Question Answering over BioMedical Linked Data with Grammatical Framework

Tracking #: 1125-2337

Authors: 
Anca Marginean

Responsible editor: 
Guest Editors Question Answering Linked Data

Submission type: 
Full Paper
Abstract: 
The blending of linked data with ontologies leverages the access to data. GFMed introduces grammars for a controlled natural language targeted towards biomedical linked data and the corresponding controlled SPARQL language. The grammars are described in Grammatical Framework and introduce linguistic and SPARQL phrases mostly about drugs, diseases and relationships between them. The semantic and linguistic chunks correspond to Description Logic constructors. Problems and solutions for querying biomedical linked data with Romanian, beside English, are also considered in the context of GF.
Full PDF Version: 
Tags: 
Reviewed

Decision/Status: 
Minor Revision

Solicited Reviews:
Click to Expand/Collapse
Review #1
By Christina Unger submitted on 17/Aug/2015
Suggestion:
Minor Revision
Review Comment:

Remaining issues
----------------

* One of the reviewers mentioned that he is missing a clear account of the syntax and semantics of the CNL as well as its evaluation. I think there is a slight mismatch between how the term CNL is usually used and how it is understood in your paper, and I think it can be removed by clearly stating your goal. Usually, a CNL is a fragment of NL with the goal of being easier to understand and/or learn. As I understand it, this is not your main goal. In your case, the CNL is more or less given by the QALD benchmark, and you construct a grammar for question answering that covers these questions and that is evaluated on them. Stating this more clearly in the introduction will avoid misunderstandings.
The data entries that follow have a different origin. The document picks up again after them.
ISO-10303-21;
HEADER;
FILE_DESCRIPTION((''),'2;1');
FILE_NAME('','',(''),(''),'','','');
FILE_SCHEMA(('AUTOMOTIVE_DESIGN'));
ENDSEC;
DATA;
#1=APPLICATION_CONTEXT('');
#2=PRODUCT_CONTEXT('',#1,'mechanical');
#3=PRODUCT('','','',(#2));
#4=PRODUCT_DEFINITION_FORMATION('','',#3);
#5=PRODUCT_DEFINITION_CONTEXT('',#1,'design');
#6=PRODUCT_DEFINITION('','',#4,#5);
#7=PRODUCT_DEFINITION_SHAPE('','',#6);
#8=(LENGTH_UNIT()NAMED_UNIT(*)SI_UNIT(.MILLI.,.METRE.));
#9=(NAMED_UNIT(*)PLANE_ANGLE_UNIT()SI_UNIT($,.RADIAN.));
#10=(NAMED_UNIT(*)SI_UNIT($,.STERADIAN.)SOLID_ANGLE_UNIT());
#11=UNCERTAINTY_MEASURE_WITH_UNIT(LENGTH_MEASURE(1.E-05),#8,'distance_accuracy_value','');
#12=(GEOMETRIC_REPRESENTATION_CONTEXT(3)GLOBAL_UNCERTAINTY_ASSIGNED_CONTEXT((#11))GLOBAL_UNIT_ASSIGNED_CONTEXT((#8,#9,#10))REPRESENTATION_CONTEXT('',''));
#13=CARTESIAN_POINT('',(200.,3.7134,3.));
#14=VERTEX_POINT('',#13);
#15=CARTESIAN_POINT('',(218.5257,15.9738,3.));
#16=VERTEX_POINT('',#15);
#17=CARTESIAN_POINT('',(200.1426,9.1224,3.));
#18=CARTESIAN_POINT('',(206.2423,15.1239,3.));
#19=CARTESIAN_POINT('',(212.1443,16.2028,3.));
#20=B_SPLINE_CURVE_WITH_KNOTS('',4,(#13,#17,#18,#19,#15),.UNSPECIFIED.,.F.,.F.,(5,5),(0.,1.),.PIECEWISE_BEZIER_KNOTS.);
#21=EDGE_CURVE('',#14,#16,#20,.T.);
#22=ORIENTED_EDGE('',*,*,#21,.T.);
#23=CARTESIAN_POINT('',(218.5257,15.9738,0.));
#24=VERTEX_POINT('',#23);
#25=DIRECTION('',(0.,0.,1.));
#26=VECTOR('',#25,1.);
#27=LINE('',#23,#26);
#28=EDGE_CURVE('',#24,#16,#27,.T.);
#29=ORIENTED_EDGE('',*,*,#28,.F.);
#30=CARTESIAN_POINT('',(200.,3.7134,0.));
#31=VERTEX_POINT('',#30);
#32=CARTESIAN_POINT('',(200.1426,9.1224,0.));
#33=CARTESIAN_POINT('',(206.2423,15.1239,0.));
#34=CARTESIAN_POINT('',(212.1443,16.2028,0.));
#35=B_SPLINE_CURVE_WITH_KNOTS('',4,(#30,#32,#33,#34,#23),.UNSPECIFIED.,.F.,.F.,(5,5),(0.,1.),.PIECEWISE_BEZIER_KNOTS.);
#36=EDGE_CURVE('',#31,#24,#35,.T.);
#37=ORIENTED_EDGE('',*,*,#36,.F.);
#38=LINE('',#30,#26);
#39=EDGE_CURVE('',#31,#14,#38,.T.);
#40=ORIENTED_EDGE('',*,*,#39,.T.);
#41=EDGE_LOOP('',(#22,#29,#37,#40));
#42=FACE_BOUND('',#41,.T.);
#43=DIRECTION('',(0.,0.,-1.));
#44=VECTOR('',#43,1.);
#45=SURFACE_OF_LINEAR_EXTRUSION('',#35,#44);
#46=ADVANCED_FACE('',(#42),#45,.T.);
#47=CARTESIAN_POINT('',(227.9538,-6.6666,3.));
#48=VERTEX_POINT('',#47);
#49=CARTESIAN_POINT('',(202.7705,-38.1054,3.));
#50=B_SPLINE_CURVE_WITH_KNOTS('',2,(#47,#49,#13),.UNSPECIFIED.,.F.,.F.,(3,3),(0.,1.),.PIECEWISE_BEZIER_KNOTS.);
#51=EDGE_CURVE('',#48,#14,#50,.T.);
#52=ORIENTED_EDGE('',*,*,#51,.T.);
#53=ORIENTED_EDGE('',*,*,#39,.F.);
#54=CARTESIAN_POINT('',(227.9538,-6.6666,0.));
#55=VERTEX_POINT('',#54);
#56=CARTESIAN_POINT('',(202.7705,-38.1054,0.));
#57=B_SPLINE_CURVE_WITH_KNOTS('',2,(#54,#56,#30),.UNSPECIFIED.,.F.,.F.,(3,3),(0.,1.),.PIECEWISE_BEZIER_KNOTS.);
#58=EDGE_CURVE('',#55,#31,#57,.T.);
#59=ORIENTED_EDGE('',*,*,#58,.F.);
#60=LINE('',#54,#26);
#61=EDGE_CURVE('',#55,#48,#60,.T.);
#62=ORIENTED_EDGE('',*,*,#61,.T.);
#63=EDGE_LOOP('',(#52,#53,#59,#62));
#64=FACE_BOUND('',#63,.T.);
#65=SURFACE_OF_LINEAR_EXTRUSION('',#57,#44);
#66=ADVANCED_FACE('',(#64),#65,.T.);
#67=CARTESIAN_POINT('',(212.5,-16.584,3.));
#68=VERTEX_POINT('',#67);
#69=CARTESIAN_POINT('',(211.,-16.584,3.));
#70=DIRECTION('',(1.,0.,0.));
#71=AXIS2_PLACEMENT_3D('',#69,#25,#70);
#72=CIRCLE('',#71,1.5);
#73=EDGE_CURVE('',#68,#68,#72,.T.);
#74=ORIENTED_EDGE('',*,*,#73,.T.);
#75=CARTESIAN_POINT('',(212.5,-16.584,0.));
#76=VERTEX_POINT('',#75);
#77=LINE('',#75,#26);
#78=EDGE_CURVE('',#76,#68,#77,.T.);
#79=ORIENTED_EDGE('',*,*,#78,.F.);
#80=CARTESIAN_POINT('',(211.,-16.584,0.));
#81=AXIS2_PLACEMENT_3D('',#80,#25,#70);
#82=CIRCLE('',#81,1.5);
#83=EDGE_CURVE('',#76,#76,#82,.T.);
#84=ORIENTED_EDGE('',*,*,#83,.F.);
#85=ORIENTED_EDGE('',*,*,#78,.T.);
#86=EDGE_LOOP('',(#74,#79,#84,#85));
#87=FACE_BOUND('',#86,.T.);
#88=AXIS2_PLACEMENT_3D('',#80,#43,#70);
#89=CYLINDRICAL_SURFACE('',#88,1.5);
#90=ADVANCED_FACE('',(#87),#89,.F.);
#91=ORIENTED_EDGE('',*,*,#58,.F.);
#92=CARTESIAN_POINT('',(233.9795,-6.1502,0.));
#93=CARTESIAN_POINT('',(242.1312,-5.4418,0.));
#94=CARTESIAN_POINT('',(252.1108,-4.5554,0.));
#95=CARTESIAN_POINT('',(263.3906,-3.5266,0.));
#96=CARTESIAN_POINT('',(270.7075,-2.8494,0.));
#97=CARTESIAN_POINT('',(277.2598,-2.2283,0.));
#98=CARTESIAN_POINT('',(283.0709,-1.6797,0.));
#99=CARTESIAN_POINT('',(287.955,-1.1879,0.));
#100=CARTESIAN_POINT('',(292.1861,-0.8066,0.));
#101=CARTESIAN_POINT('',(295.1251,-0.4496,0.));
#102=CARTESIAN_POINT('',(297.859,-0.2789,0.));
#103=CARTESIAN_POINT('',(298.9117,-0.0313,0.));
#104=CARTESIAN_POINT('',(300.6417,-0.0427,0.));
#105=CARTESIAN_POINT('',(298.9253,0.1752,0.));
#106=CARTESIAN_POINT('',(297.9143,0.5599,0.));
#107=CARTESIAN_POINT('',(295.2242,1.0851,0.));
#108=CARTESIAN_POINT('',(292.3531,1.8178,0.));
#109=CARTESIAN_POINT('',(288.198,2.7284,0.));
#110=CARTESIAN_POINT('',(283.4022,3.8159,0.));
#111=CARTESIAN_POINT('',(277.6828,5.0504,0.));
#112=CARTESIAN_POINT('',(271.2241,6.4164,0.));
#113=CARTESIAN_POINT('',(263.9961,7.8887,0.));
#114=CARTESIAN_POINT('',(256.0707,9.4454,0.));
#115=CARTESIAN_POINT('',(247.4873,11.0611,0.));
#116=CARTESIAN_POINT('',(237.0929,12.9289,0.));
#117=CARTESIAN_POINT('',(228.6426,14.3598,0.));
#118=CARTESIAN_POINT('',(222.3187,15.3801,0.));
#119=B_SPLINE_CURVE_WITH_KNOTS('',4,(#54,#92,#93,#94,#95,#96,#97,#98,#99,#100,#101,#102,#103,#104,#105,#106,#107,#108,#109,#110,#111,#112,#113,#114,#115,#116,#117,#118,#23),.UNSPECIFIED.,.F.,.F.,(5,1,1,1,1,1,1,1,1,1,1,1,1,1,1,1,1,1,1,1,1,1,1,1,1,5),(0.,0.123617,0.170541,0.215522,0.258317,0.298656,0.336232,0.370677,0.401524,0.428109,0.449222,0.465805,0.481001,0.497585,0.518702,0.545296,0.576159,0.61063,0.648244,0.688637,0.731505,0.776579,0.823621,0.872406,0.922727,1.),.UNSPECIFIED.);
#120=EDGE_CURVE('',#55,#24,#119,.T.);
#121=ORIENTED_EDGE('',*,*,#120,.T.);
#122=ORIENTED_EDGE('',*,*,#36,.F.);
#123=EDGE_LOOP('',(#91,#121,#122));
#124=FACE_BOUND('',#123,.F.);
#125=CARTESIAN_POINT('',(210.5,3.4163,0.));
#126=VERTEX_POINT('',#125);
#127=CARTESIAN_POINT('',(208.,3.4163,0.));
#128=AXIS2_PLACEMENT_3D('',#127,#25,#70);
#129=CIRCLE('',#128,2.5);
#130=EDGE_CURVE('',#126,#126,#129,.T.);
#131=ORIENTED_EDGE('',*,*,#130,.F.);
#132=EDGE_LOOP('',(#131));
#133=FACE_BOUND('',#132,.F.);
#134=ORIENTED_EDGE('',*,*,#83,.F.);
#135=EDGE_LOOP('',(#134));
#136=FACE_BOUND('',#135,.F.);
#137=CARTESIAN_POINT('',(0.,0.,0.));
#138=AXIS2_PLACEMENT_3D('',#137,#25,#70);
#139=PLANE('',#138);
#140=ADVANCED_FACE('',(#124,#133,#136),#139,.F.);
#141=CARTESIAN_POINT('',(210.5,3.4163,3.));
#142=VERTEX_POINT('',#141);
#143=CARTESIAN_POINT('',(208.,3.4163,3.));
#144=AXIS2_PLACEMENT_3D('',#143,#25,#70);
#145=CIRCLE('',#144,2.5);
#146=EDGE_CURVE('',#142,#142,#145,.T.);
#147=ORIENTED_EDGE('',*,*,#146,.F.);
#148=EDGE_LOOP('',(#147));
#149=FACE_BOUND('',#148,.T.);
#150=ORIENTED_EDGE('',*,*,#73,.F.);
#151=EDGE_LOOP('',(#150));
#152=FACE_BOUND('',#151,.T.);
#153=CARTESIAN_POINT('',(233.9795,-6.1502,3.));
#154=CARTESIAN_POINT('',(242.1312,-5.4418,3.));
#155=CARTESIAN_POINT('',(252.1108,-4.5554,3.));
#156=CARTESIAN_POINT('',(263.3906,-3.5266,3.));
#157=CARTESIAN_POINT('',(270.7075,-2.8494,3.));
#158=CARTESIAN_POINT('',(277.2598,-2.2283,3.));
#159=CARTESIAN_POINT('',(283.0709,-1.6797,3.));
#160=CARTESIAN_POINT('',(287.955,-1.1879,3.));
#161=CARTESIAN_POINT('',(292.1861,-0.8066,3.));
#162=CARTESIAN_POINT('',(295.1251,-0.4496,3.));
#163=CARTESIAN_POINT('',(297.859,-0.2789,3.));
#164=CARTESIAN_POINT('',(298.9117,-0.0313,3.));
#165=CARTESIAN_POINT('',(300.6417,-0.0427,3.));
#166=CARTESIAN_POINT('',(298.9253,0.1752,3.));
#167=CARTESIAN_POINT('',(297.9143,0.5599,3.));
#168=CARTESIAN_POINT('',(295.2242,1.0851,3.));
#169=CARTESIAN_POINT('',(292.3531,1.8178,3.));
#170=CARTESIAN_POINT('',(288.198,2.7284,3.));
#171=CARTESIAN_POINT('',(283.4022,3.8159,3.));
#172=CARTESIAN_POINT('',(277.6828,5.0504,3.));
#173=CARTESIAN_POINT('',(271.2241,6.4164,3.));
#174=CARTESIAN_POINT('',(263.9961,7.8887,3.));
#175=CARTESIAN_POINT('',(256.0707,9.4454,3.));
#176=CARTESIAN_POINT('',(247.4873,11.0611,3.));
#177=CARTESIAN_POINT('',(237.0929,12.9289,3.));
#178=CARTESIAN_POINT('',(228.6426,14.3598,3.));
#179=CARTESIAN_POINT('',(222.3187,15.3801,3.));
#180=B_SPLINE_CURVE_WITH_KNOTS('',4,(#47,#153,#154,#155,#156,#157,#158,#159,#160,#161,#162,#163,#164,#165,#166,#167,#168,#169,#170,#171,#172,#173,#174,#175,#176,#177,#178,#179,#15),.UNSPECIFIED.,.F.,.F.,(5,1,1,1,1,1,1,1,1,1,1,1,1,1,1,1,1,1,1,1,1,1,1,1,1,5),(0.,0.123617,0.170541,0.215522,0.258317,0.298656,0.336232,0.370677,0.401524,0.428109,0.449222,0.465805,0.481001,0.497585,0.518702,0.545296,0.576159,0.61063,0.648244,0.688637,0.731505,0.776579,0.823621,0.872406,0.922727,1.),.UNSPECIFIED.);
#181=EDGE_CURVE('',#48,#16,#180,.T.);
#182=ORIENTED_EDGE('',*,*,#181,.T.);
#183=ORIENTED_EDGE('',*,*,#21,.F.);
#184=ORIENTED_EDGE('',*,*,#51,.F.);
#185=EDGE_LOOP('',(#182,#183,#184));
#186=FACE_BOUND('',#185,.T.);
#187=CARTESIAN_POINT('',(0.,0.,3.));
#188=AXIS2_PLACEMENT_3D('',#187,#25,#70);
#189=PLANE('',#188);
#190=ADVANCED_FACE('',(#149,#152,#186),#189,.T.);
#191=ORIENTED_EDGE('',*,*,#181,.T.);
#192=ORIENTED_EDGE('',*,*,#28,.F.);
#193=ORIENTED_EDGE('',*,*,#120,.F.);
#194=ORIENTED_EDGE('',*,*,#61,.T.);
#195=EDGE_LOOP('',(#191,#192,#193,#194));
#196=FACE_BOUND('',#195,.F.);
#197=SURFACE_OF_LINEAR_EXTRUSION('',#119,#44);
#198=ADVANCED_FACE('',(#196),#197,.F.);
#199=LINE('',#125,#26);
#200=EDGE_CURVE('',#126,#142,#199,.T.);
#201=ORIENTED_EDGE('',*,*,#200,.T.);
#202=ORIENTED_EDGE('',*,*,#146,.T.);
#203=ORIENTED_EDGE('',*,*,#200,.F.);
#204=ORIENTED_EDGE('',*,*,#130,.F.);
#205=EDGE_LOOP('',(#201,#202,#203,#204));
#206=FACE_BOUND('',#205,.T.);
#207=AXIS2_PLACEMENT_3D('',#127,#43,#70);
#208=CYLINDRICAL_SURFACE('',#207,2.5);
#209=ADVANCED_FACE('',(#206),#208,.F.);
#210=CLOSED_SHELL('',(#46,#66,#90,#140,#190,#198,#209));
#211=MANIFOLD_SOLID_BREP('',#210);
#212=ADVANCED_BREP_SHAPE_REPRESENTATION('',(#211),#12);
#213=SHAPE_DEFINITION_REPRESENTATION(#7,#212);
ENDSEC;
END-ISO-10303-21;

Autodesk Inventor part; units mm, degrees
ref_plane "YZ Plane" through (0, 0, 0) normal (1, 0, 0) x (0, 1, 0)
ref_plane "XZ Plane" through (0, 0, 0) normal (0, 1, 0) x (-1, 0, 0)
ref_plane "XY Plane" through (0, 0, 0) normal (0, 0, 1) x (1, 0, 0)
sketch "Sketch1" plane through (0, 0, 0) normal (0, 0, 1) x (1, 0, 0)
  spline S0 degree 4 poles (227.9538, -6.6666) (233.9795, -6.1502) (242.1312, -5.4418) (252.1108, -4.5554) (263.3906, -3.5266) (270.7075, -2.8494) (277.2598, -2.2283) (283.0709, -1.6797) (287.955, -1.1879) (292.1861, -0.8066) (295.1251, -0.4496) (297.859, -0.2789) (298.9117, -0.0313) (300.6417, -0.0427) (298.9253, 0.1752) (297.9143, 0.5599) (295.2242, 1.0851) (292.3531, 1.8178) (288.198, 2.7284) (283.4022, 3.8159) (277.6828, 5.0504) (271.2241, 6.4164) (263.9961, 7.8887) (256.0707, 9.4454) (247.4873, 11.0611) (237.0929, 12.9289) (228.6426, 14.3598) (222.3187, 15.3801) (218.5257, 15.9738) knots 0 0 0 0 0 0.123617 0.170541 0.215522 0.258317 0.298656 0.336232 0.370677 0.401524 0.428109 0.449222 0.465805 0.481001 0.497585 0.518702 0.545296 0.576159 0.61063 0.648244 0.688637 0.731505 0.776579 0.823621 0.872406 0.922727 1 1 1 1 1
  line L0 (200, 103) -> (200, -97) construction
  line L1 (300, -103) -> (300, 103) construction
  line L2 (200, 3.7134) -> (300, 0) construction
  circle A0 centre (225, 2.7851) radius 2.5 construction
  line L3 (230.0222, 14.1744) -> (207.0292, 17.7732) construction
  arc A1 (227.7164, 14.4946) -> (209.3226, 17.3735) centre (52.1769, -1046.8526) ccw construction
* Also, the question how much of the SPARQL language is covered by the grammar is not clearly answered by the paper. Is it full SPARQL 1.1? And if not, what is not covered (e.g. property chains)?

* Figure 3 (to which you refer on page 3) is missing.

* On page 10, you say that the translation can be done in both ways (NL -> SPARQL and SPARQL -> NL), if no pre/post-processing is involved, and then you say: "For example, the next query is identified as being the SPARQL linearization of 17 different abstract trees." I think this is very confusing. Is it an example for the direction NL -> SPARQL? In that case, one would expect the natural language question together with the query. And what does the number of abstract syntax trees matter here?

* On page 11, you mention using GF's morphological analysis as preprocessing alternative. You should additionally say that this will be explored as future work (or something like this), because now the reader must wonder why you didn't use it if it's a more efficient alternative.

* Regarding Table 5, you should mention that these are results on the test set of QALD-4.

* In Section 4, you should avoid having only one subsection (4.1). Either you separate it into more, or you keep everything in one flowing text. Same for the paragraph "Results" in 4.1.

Consistency
-----------

* You use different capitalizations of "Linked Data" vs "linked data" and "Sider" vs "SIDER". Just stick to one.

* For enumerations in the text, you sometimes use (a), (b) or (i), (ii) or i), ii) or (1), (2). I think it's better to pick one version and use it throughout the paper.

* Once you write "sameAs" and once "owl:sameAs". I would always use the latter.

Formatting
----------

* One of the reviewers suggested using a monospace font (e.g. \tt) for all code (including abstract syntax functions and trees, SPARQL expressions, etc) and I agree with him. The way the code is italicized now, both in the figures and in the text, is not very pretty or pleasant to read. Also, in the text you are not always consistent with italicazing or not, and words like "SideEffects" are not formatted correctly -- using \tt would solve these issues as well.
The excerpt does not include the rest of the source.